-- To do --
Produce the records below again, word for word, but stop after the line that contains "f 445 44 446".

-- Records supplied --

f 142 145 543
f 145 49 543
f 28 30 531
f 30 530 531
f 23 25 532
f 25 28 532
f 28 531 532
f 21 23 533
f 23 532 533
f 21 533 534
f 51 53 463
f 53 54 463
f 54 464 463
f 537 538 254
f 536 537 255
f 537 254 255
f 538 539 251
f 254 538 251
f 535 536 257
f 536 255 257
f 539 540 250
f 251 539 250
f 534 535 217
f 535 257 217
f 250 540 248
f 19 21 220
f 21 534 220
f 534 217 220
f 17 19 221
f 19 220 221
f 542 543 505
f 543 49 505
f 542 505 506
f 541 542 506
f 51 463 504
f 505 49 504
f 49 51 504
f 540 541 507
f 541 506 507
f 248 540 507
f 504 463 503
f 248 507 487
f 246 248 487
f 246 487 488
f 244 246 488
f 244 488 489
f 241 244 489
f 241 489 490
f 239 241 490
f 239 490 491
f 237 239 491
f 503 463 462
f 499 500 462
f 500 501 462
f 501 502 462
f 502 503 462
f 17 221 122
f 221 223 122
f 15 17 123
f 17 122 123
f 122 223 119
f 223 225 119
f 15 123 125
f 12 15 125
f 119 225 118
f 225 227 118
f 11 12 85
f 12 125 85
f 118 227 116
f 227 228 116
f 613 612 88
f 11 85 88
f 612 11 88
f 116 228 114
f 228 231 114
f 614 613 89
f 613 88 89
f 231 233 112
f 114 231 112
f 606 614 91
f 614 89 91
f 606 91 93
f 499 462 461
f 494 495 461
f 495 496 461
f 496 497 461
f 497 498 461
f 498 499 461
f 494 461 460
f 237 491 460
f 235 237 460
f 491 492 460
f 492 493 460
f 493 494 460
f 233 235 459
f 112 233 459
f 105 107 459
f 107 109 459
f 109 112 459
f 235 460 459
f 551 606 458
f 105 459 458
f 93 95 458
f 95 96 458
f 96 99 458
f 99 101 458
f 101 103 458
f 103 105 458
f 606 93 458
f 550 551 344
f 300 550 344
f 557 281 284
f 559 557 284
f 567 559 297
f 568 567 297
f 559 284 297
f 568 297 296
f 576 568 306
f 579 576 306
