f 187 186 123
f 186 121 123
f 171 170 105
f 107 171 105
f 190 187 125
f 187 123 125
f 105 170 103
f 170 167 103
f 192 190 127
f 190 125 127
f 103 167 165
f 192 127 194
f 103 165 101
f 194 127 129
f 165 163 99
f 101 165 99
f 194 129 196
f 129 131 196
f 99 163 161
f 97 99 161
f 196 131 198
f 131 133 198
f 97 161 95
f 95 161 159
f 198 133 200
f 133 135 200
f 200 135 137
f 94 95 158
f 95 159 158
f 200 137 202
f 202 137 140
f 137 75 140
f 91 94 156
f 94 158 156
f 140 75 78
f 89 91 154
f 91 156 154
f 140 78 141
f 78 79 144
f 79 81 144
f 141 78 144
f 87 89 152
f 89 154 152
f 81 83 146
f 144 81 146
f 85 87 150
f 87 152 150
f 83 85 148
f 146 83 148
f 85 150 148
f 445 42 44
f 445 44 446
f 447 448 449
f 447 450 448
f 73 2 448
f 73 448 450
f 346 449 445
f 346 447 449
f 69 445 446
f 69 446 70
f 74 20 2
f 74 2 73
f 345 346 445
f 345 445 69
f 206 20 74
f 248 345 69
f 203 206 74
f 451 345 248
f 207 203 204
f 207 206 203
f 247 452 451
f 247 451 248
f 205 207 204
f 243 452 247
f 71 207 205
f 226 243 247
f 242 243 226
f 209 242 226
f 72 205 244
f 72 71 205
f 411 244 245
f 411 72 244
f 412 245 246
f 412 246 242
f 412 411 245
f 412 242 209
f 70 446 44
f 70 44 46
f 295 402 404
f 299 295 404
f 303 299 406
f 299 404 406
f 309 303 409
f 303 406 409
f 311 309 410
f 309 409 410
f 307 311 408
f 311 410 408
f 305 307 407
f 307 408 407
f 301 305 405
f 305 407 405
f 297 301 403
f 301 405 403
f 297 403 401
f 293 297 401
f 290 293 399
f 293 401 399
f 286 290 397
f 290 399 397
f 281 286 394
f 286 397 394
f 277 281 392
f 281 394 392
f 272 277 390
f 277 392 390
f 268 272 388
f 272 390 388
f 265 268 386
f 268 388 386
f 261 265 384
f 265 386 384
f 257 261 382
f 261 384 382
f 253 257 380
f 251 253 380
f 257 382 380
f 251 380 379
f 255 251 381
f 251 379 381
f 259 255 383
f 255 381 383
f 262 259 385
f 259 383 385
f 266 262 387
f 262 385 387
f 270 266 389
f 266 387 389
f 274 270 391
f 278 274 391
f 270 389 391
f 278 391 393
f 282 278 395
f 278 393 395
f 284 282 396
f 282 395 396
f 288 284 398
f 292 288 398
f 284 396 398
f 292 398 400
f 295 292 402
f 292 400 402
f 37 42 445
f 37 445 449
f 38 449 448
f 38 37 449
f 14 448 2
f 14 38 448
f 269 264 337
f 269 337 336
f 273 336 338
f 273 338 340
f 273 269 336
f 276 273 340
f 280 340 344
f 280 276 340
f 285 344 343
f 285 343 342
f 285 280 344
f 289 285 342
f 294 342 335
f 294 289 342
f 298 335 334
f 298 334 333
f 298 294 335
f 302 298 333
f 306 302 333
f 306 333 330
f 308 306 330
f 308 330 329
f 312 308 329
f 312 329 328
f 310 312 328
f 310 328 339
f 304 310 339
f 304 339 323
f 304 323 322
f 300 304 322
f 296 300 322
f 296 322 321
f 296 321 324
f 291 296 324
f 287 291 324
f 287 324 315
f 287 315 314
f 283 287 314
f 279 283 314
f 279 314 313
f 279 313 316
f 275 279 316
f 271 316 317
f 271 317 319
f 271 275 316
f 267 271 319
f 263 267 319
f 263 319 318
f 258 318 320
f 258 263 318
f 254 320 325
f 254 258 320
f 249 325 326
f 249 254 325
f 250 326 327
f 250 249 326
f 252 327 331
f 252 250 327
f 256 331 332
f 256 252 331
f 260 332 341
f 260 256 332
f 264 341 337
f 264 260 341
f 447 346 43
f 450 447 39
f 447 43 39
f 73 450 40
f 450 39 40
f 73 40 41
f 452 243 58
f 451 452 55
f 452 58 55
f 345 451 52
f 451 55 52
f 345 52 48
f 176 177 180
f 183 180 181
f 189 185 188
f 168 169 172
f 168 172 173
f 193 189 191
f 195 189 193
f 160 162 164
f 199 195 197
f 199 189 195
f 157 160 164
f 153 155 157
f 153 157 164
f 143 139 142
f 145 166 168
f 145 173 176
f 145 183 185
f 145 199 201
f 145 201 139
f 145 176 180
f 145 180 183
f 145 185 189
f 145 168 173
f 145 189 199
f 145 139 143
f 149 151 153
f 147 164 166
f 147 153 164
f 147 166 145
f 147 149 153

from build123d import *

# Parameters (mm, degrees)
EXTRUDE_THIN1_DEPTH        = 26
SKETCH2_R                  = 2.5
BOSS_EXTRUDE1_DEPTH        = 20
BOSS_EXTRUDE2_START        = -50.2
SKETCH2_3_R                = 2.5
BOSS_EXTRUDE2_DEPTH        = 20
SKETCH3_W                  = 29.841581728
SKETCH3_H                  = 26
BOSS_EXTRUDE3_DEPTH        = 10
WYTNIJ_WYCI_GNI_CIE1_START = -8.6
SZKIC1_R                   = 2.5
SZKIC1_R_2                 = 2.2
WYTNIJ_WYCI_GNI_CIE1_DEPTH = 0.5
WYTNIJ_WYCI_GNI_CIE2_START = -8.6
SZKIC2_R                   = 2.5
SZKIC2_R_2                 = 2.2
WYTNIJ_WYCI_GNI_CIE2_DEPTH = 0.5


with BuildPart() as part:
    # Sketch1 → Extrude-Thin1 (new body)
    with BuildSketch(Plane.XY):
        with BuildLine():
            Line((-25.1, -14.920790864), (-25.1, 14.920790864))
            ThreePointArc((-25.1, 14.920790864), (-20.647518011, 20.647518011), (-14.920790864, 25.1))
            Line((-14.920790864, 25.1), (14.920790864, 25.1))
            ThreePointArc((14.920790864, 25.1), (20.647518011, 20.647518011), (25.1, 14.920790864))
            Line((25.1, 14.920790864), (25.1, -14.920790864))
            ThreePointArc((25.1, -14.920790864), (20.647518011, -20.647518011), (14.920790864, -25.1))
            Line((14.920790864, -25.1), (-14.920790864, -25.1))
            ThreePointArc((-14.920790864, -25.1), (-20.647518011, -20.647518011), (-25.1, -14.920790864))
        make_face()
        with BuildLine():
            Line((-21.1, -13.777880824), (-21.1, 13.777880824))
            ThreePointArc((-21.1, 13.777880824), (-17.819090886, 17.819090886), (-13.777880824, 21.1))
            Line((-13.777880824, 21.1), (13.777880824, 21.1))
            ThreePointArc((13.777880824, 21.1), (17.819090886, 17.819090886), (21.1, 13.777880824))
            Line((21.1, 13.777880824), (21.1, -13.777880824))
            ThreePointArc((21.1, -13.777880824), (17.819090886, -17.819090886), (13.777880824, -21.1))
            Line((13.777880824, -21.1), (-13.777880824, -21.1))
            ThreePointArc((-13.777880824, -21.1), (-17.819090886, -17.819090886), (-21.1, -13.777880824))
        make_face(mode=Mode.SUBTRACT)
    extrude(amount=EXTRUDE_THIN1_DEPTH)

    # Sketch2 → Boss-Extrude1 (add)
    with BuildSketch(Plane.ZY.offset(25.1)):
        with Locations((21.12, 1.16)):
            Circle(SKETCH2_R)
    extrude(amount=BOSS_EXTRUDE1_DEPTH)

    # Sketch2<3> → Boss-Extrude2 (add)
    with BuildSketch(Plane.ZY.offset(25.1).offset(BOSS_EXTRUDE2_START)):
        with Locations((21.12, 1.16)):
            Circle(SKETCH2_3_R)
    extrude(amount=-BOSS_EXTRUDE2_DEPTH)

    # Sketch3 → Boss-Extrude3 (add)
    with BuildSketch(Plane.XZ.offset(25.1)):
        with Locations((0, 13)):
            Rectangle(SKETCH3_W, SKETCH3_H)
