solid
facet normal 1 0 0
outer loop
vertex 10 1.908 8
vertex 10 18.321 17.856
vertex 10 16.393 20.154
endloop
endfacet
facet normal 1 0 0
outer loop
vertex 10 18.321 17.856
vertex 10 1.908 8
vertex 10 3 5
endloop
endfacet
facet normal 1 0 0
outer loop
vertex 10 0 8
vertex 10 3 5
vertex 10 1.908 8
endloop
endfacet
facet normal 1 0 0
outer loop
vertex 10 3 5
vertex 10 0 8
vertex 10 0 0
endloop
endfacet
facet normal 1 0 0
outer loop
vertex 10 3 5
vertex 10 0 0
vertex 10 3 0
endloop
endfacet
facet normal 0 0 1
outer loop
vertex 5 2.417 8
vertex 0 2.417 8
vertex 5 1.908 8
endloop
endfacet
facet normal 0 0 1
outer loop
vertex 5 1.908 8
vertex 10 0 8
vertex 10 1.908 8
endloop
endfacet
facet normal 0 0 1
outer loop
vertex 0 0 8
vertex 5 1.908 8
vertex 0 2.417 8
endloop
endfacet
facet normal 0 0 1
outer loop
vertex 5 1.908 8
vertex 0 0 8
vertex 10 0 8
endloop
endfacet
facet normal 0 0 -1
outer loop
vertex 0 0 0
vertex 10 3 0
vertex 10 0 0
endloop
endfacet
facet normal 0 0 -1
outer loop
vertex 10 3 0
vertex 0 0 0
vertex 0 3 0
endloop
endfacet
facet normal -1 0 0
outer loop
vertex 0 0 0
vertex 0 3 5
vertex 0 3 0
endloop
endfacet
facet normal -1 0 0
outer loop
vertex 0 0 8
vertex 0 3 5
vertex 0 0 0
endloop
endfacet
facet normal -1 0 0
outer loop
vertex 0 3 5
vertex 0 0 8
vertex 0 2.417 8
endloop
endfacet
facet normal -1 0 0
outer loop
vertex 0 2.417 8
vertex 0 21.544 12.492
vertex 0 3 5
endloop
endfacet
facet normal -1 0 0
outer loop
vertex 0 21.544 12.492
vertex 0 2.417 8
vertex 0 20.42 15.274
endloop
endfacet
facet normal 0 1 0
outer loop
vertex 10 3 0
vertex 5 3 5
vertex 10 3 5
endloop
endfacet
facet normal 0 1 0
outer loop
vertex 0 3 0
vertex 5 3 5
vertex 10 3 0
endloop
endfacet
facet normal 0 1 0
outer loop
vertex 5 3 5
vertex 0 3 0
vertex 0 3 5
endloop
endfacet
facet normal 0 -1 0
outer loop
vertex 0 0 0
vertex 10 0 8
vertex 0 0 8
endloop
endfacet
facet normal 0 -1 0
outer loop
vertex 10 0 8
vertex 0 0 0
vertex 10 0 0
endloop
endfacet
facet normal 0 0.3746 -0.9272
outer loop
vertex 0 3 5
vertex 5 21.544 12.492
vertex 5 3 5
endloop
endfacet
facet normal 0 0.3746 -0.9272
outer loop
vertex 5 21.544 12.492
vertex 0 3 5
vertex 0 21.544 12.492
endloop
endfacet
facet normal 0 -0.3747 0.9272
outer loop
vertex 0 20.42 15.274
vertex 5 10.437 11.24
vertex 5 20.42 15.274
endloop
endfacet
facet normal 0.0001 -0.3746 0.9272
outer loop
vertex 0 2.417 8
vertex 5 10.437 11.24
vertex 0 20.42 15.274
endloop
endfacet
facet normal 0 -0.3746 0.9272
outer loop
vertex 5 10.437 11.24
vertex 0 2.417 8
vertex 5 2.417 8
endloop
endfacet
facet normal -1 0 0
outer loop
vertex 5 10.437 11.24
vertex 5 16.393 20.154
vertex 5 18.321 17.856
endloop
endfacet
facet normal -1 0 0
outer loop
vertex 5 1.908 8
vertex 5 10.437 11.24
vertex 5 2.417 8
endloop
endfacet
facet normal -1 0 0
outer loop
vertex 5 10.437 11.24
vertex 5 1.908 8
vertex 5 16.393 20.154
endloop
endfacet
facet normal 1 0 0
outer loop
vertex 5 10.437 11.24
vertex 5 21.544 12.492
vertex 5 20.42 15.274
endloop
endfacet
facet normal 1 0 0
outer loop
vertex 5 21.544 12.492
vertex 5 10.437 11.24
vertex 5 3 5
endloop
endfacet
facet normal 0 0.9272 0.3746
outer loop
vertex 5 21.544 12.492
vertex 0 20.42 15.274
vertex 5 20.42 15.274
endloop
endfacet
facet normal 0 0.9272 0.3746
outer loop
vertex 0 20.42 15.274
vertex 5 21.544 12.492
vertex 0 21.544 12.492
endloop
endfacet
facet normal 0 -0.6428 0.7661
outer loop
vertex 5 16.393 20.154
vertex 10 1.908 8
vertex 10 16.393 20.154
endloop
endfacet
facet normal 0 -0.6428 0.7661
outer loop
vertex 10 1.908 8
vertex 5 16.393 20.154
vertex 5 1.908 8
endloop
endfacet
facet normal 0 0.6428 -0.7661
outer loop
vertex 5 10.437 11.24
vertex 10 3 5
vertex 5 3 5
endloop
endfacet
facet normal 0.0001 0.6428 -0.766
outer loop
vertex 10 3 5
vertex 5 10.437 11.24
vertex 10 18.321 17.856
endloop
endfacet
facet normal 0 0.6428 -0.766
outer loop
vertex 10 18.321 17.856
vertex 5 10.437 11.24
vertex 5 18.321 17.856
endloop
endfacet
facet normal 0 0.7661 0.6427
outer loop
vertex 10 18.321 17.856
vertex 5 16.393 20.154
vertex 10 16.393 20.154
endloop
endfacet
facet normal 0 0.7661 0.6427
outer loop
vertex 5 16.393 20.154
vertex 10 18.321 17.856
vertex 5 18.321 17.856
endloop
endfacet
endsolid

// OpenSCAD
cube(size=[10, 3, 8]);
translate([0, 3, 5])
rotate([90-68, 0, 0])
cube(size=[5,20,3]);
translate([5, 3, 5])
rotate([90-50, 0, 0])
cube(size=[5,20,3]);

-- Reply --
f 142 145 543
f 145 49 543
f 28 30 531
f 30 530 531
f 23 25 532
f 25 28 532
f 28 531 532
f 21 23 533
f 23 532 533
f 21 533 534
f 51 53 463
f 53 54 463
f 54 464 463
f 537 538 254
f 536 537 255
f 537 254 255
f 538 539 251
f 254 538 251
f 535 536 257
f 536 255 257
f 539 540 250
f 251 539 250
f 534 535 217
f 535 257 217
f 250 540 248
f 19 21 220
f 21 534 220
f 534 217 220
f 17 19 221
f 19 220 221
f 542 543 505
f 543 49 505
f 542 505 506
f 541 542 506
f 51 463 504
f 505 49 504
f 49 51 504
f 540 541 507
f 541 506 507
f 248 540 507
f 504 463 503
f 248 507 487
f 246 248 487
f 246 487 488
f 244 246 488
f 244 488 489
f 241 244 489
f 241 489 490
f 239 241 490
f 239 490 491
f 237 239 491
f 503 463 462
f 499 500 462
f 500 501 462
f 501 502 462
f 502 503 462
f 17 221 122
f 221 223 122
f 15 17 123
f 17 122 123
f 122 223 119
f 223 225 119
f 15 123 125
f 12 15 125
f 119 225 118
f 225 227 118
f 11 12 85
f 12 125 85
f 118 227 116
f 227 228 116
f 613 612 88
f 11 85 88
f 612 11 88
f 116 228 114
f 228 231 114
f 614 613 89
f 613 88 89
f 231 233 112
f 114 231 112
f 606 614 91
f 614 89 91
f 606 91 93
f 499 462 461
f 494 495 461
f 495 496 461
f 496 497 461
f 497 498 461
f 498 499 461
f 494 461 460
f 237 491 460
f 235 237 460
f 491 492 460
f 492 493 460
f 493 494 460
f 233 235 459
f 112 233 459
f 105 107 459
f 107 109 459
f 109 112 459
f 235 460 459
f 551 606 458
f 105 459 458
f 93 95 458
f 95 96 458
f 96 99 458
f 99 101 458
f 101 103 458
f 103 105 458
f 606 93 458
f 550 551 344
f 300 550 344
f 557 281 284
f 559 557 284
f 567 559 297
f 568 567 297
f 559 284 297
f 568 297 296
f 576 568 306
f 579 576 306
f 187 186 123
f 186 121 123
f 171 170 105
f 107 171 105
f 190 187 125
f 187 123 125
f 105 170 103
f 170 167 103
f 192 190 127
f 190 125 127
f 103 167 165
f 192 127 194
f 103 165 101
f 194 127 129
f 165 163 99
f 101 165 99
f 194 129 196
f 129 131 196
f 99 163 161
f 97 99 161
f 196 131 198
f 131 133 198
f 97 161 95
f 95 161 159
f 198 133 200
f 133 135 200
f 200 135 137
f 94 95 158
f 95 159 158
f 200 137 202
f 202 137 140
f 137 75 140
f 91 94 156
f 94 158 156
f 140 75 78
f 89 91 154
f 91 156 154
f 140 78 141
f 78 79 144
f 79 81 144
f 141 78 144
f 87 89 152
f 89 154 152
f 81 83 146
f 144 81 146
f 85 87 150
f 87 152 150
f 83 85 148
f 146 83 148
f 85 150 148
f 445 42 44
f 445 44 446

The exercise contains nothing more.